I recall training these two German Shepard’s, brothers- one suffered from severe anxiety. In the beginning, I avoided going down the street where there were combative, loud, dogs. At that point in the training, I had to be smart and move around the problem until they were strong enough in their, “heel” to move down that street without becoming distracted. Without loosing focus.

This is the preface of the NA/AA practice of, “changing play places, people, things ” .
We must map out a different route for ourselves. Challenge ourselves to do something extraordinary and unique.

Yes, all we have to be is as smart as the average dog trainer.

RDAP taught me to do RATIONAL SELF- ANYLYSIS. This is where you look at the situation and decide if my thoughts about the situation are making my feel the way I want to feel, and while there are many facets to the practice, I thought of just this one, today. Yes, 8 years later, I recall the program daily.

You see, I am aging in the BOP. I am determined to do this with grace and with the best physical health possible. I know that eating bread and too much wheat or bleached wheat causes inflammation and then the pain becomes unbareable, so I apply the RSA.

I know that if I don’t workout, do yoga, and meditate, I won’t feel the way I want to feel.
I know if I don’t keep up with my family, I get the blues. The list goes on. I am in control and I can feel the way I want to feel if I plan my days knowing what is up ahead….and then when the road up ahead gets hard, I have this strength, a foundation that is unshakable. I know how to breath my way through.

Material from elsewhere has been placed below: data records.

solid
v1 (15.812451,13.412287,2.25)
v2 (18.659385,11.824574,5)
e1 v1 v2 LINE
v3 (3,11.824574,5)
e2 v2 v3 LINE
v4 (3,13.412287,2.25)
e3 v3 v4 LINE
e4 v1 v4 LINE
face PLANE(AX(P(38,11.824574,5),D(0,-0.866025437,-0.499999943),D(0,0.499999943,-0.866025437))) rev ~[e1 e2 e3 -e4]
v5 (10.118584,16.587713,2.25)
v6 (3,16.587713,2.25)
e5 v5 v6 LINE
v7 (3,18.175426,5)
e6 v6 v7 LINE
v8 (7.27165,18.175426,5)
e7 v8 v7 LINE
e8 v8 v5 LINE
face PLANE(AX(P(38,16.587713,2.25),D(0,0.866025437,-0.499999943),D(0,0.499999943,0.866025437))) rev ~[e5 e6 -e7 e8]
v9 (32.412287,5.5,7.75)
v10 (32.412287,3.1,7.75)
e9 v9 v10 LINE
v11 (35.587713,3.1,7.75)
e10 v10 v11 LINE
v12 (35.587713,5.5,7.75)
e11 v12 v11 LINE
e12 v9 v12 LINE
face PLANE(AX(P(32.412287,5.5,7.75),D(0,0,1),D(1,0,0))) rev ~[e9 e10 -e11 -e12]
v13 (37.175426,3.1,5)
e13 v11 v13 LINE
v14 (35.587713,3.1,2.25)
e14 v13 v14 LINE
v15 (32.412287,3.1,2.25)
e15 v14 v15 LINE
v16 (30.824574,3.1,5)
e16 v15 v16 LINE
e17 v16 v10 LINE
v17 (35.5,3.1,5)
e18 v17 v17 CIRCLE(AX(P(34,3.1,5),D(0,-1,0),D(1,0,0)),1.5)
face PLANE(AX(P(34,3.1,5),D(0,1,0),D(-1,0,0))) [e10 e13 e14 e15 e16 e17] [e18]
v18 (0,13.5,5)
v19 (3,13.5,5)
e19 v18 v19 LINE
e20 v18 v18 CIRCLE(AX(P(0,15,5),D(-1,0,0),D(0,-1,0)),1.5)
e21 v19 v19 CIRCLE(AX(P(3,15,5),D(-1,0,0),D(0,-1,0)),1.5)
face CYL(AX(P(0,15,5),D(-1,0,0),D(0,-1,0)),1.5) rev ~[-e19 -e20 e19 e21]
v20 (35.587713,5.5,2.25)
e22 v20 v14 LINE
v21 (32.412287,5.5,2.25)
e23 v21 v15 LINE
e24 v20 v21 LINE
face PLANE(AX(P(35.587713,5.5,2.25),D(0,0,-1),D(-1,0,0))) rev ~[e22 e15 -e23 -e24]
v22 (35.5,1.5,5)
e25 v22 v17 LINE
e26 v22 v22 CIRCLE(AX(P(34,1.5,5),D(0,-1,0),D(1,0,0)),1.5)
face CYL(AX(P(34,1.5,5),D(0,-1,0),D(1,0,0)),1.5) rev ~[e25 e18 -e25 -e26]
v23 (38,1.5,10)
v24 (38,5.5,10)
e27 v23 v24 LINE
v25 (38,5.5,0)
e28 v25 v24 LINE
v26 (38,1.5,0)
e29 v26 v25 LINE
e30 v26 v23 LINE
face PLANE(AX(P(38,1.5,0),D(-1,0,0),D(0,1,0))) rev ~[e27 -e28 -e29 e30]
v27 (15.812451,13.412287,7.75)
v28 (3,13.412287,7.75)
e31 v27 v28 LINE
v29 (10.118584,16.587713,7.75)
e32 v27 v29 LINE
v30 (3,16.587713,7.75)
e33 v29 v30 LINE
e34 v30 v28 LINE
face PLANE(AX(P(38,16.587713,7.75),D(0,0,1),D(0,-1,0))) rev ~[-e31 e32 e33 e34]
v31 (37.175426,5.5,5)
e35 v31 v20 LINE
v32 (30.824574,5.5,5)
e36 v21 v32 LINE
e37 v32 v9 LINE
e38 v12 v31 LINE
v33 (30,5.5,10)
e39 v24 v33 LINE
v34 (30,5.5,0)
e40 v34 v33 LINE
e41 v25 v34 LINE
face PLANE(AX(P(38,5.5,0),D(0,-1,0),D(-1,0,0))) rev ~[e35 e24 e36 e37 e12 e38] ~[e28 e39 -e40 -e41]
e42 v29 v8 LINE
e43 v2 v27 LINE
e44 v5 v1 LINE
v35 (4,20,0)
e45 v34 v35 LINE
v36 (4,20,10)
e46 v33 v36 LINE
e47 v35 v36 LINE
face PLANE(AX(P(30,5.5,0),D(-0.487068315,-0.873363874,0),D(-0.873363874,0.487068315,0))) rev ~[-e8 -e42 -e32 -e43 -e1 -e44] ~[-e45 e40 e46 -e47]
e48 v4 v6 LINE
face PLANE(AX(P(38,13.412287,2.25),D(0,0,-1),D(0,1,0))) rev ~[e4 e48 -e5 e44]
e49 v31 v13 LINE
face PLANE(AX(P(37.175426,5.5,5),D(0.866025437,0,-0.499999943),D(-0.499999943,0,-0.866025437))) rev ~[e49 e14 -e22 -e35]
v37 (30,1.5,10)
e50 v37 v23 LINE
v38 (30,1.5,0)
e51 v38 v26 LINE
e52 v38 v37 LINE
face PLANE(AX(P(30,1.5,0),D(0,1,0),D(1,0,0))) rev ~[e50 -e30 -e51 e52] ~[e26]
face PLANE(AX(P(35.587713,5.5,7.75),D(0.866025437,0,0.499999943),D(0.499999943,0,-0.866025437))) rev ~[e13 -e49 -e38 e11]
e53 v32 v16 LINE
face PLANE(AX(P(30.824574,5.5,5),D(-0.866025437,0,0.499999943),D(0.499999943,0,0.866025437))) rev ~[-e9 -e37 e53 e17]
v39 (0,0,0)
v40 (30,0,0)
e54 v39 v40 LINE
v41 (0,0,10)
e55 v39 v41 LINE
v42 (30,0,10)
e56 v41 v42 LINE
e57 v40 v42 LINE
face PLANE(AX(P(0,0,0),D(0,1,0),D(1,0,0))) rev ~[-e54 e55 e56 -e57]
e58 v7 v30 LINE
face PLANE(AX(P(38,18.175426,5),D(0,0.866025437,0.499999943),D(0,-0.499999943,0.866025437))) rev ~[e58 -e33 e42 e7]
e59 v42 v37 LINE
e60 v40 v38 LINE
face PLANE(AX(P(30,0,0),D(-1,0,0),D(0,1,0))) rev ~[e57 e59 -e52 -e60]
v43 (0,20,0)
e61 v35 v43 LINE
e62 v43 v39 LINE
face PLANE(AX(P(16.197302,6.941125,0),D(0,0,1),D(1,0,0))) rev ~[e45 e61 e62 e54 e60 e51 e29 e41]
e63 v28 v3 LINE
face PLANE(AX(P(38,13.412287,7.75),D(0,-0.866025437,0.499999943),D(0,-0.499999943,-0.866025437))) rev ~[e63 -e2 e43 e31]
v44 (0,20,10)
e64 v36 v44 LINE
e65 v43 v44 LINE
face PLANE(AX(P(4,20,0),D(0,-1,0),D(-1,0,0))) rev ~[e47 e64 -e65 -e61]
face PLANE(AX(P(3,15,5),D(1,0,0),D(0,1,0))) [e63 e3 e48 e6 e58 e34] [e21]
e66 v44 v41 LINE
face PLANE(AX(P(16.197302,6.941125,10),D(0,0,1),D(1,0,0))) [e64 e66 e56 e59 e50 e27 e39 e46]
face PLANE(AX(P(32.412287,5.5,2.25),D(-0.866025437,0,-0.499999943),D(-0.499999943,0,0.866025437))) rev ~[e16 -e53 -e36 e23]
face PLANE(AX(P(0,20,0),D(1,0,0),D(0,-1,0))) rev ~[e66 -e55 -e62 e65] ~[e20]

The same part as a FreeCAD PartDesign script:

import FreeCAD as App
import Part
import Sketcher
from FreeCAD import Vector
Q = App.Units.Quantity

doc = App.newDocument("Part")
body = doc.addObject("PartDesign::Body", "Body")

sketch1 = body.newObject("Sketcher::SketchObject", "Sketch")
sketch1.AttachmentSupport = (doc.getObject("XY_Plane"), [""])
sketch1.MapMode = "FlatFace"
sketch1.addGeometry([
    Part.LineSegment(Vector(0, 0, 0), Vector(30, 0, 0)),
    Part.LineSegment(Vector(30, 0, 0), Vector(30, 1.5, 0)),
    Part.LineSegment(Vector(30, 1.5, 0), Vector(38, 1.5, 0)),
    Part.LineSegment(Vector(38, 1.5, 0), Vector(38, 5.5, 0)),
    Part.LineSegment(Vector(38, 5.5, 0), Vector(30, 5.5, 0)),
    Part.LineSegment(Vector(30, 5.5, 0), Vector(4, 20, 0)),
    Part.LineSegment(Vector(4, 20, 0), Vector(0, 20, 0)),
    Part.LineSegment(Vector(0, 20, 0), Vector(0, 0, 0)),
], False)
sketch1.addConstraint([
    Sketcher.Constraint("Coincident", 0, 2, 1, 1),
    Sketcher.Constraint("Coincident", 1, 2, 2, 1),
    Sketcher.Constraint("Coincident", 2, 2, 3, 1),
    Sketcher.Constraint("Coincident", 3, 2, 4, 1),
    Sketcher.Constraint("Coincident", 4, 2, 5, 1),
    Sketcher.Constraint("Coincident", 5, 2, 6, 1),
    Sketcher.Constraint("Coincident", 6, 2, 7, 1),
    Sketcher.Constraint("Coincident", 7, 2, 0, 1),
    Sketcher.Constraint("Horizontal", 0),
    Sketcher.Constraint("Vertical", 1),
    Sketcher.Constraint("Horizontal", 2),
    Sketcher.Constraint("Vertical", 3),
    Sketcher.Constraint("Horizontal", 4),
    Sketcher.Constraint("Horizontal", 6),
    Sketcher.Constraint("Vertical", 7),
    Sketcher.Constraint("Coincident", 7, 2, -1, 1),
    Sketcher.Constraint("Vertical", 1, 2, 4, 2),
    Sketcher.Constraint("Equal", 6, 3),
    Sketcher.Constraint("DistanceX", 0, 1, 0, 2, Q("30 mm")),
    Sketcher.Constraint("DistanceX", 2, 1, 2, 2, Q("8 mm")),
    Sketcher.Constraint("DistanceX", 6, 2, 6, 1, Q("4 mm")),
    Sketcher.Constraint("DistanceY", 7, 2, 7, 1, Q("20 mm")),
    Sketcher.Constraint("DistanceY", 1, 1, 1, 2, Q("1.5 mm")),
])
pad1 = body.newObject("PartDesign::Pad", "Pad")
pad1.Profile = sketch1
pad1.Length = 10

sketch2 = body.newObject("Sketcher::SketchObject", "Sketch001")
sketch2.AttachmentSupport = (doc.getObject("XZ_Plane"), [""])
sketch2.MapMode = "FlatFace"
sketch2.AttachmentOffset = App.Placement(Vector(0, 0, -1.5), App.Rotation())
sketch2.addGeometry(Part.Circle(Vector(34, 5, 0), Vector(0, 0, 1), 1.5), False)
sketch2.addConstraint([
    Sketcher.Constraint("Diameter", 0, Q("3 mm")),
    Sketcher.Constraint("DistanceX", -1, 1, 0, 3, Q("34 mm")),
    Sketcher.Constraint("DistanceY", -1, 1, 0, 3, Q("5 mm")),
])
pocket1 = body.newObject("PartDesign::Pocket", "Pocket")
pocket1.Profile = sketch2
pocket1.Type = "ThroughAll"

sketch3 = body.newObject("Sketcher::SketchObject", "Sketch002")
sketch3.AttachmentSupport = (doc.getObject("XZ_Plane"), [""])
sketch3.MapMode = "FlatFace"
sketch3.AttachmentOffset = App.Placement(Vector(0, 0, -5.5), App.Rotation())
sketch3.addGeometry([
    Part.LineSegment(Vector(30.8, 5, 0), Vector(32.4, 7.8, 0)),
    Part.LineSegment(Vector(32.4, 7.8, 0), Vector(35.6, 7.8, 0)),
    Part.LineSegment(Vector(35.6, 7.8, 0), Vector(37.2, 5, 0)),
    Part.LineSegment(Vector(37.2, 5, 0), Vector(35.6, 2.2, 0)),
    Part.LineSegment(Vector(35.6, 2.2, 0), Vector(32.4, 2.2, 0)),
    Part.LineSegment(Vector(32.4, 2.2, 0), Vector(30.8, 5, 0)),
], False)
sketch3.addConstraint([
    Sketcher.Constraint("Coincident", 0, 2, 1, 1),
    Sketcher.Constraint("Coincident", 1, 2, 2, 1),
    Sketcher.Constraint("Coincident", 2, 2, 3, 1),
    Sketcher.Constraint("Coincident", 3, 2, 4, 1),
    Sketcher.Constraint("Coincident", 4, 2, 5, 1),
    Sketcher.Constraint("Coincident", 5, 2, 0, 1),
    Sketcher.Constraint("Horizontal", 1),
    Sketcher.Constraint("Horizontal", 4),
    Sketcher.Constraint("Parallel", 0, 3),
    Sketcher.Constraint("Parallel", 2, 5),
    Sketcher.Constraint("Horizontal", 2, 2, 5, 2),
    Sketcher.Constraint("Vertical", 1, 2, 3, 2),
    Sketcher.Constraint("Vertical", 0, 2, 4, 2),
    Sketcher.Constraint("Angle", 0, Q("60.000004 deg")),
    Sketcher.Constraint("DistanceY", -1, 1, 2, 2, Q("5 mm")),
    Sketcher.Constraint("DistanceY", 3, 2, 1, 2, Q("5.5 mm")),
    Sketcher.Constraint("DistanceX", 1, 1, 1, 2, Q("3.175426 mm")),
    Sketcher.Constraint("DistanceX", -1, 1, 0, 2, Q("32.412287 mm")),
])
pocket2 = body.newObject("PartDesign::Pocket", "Pocket001")
pocket2.Profile = sketch3
pocket2.Length = 2.4
pocket2.Reversed = True

sketch4 = body.newObject("Sketcher::SketchObject", "Sketch003")
sketch4.AttachmentSupport = (doc.getObject("YZ_Plane"), [""])
sketch4.MapMode = "FlatFace"
sketch4.addGeometry(Part.Circle(Vector(15, 5, 0), Vector(0, 0, 1), 1.5), False)
sketch4.addConstraint([
    Sketcher.Constraint("Diameter", 0, Q("3 mm")),
    Sketcher.Constraint("DistanceX", -1, 1, 0, 3, Q("15 mm")),
    Sketcher.Constraint("DistanceY", -1, 1, 0, 3, Q("5 mm")),
])
pocket3 = body.newObject("PartDesign::Pocket", "Pocket002")
pocket3.Profile = sketch4
pocket3.Type = "ThroughAll"
pocket3.Reversed = True

sketch5 = body.newObject("Sketcher::SketchObject", "Sketch004")
sketch5.AttachmentSupport = (doc.getObject("YZ_Plane"), [""])
sketch5.MapMode = "FlatFace"
sketch5.AttachmentOffset = App.Placement(Vector(0, 0, 38), App.Rotation())
sketch5.addGeometry([
    Part.LineSegment(Vector(16.6, 2.2, 0), Vector(18.2, 5, 0)),
    Part.LineSegment(Vector(18.2, 5, 0), Vector(16.6, 7.8, 0)),
    Part.LineSegment(Vector(16.6, 7.8, 0), Vector(13.4, 7.8, 0)),
    Part.LineSegment(Vector(13.4, 7.8, 0), Vector(11.8, 5, 0)),
    Part.LineSegment(Vector(11.8, 5, 0), Vector(13.4, 2.2, 0)),
    Part.LineSegment(Vector(13.4, 2.2, 0), Vector(16.6, 2.2, 0)),
], False)
sketch5.addConstraint([
    Sketcher.Constraint("Coincident", 0, 2, 1, 1),
    Sketcher.Constraint("Coincident", 1, 2, 2, 1),
    Sketcher.Constraint("Coincident", 2, 2, 3, 1),
    Sketcher.Constraint("Coincident", 3, 2, 4, 1),
    Sketcher.Constraint("Coincident", 4, 2, 5, 1),
    Sketcher.Constraint("Coincident", 5, 2, 0, 1),
    Sketcher.Constraint("Horizontal", 2),
    Sketcher.Constraint("Horizontal", 5),
    Sketcher.Constraint("Parallel", 0, 3),
    Sketcher.Constraint("Parallel", 1, 4),
    Sketcher.Constraint("Horizontal", 0, 2, 3, 2),
    Sketcher.Constraint("Vertical", 2, 2, 4, 2),
    Sketcher.Constraint("Vertical", 1, 2, 5, 2),
    Sketcher.Constraint("Angle", 0, Q("60.000004 deg")),
    Sketcher.Constraint("DistanceY", -1, 1, 0, 2, Q("5 mm")),
    Sketcher.Constraint("DistanceY", 4, 2, 2, 2, Q("5.5 mm")),
    Sketcher.Constraint("DistanceX", 2, 2, 2, 1, Q("3.175426 mm")),
    Sketcher.Constraint("DistanceX", -1, 1, 0, 2, Q("18.175426 mm")),
])
pocket4 = body.newObject("PartDesign::Pocket", "Pocket003")
pocket4.Profile = sketch5
pocket4.Length = 35

doc.recompute()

An RSA isn’t just about your thoughts and beliefs, it’s about learning to remove anything from your life that isn’t serving you and fostering the best overall health possible. Toxic people, a job, a medication, various poison’s, or just a same old meaningless life where you sleep in and go watch tv in the dayroom until lockdown.

If you can see a better path, you can get to it.

The more you visualize, study the subject and apply what you learned in order to see the results- the more you become accustomed to what success looks like. Small success’ lead to major success

Life is not about surviving your circumstance, like a prison sentence, it’s about thriving, being resilient, finding passion and joy in the moments of each day for no one knows the hour at which death may come. Each day we either take two steps back or one step forward into the light of our greater understanding.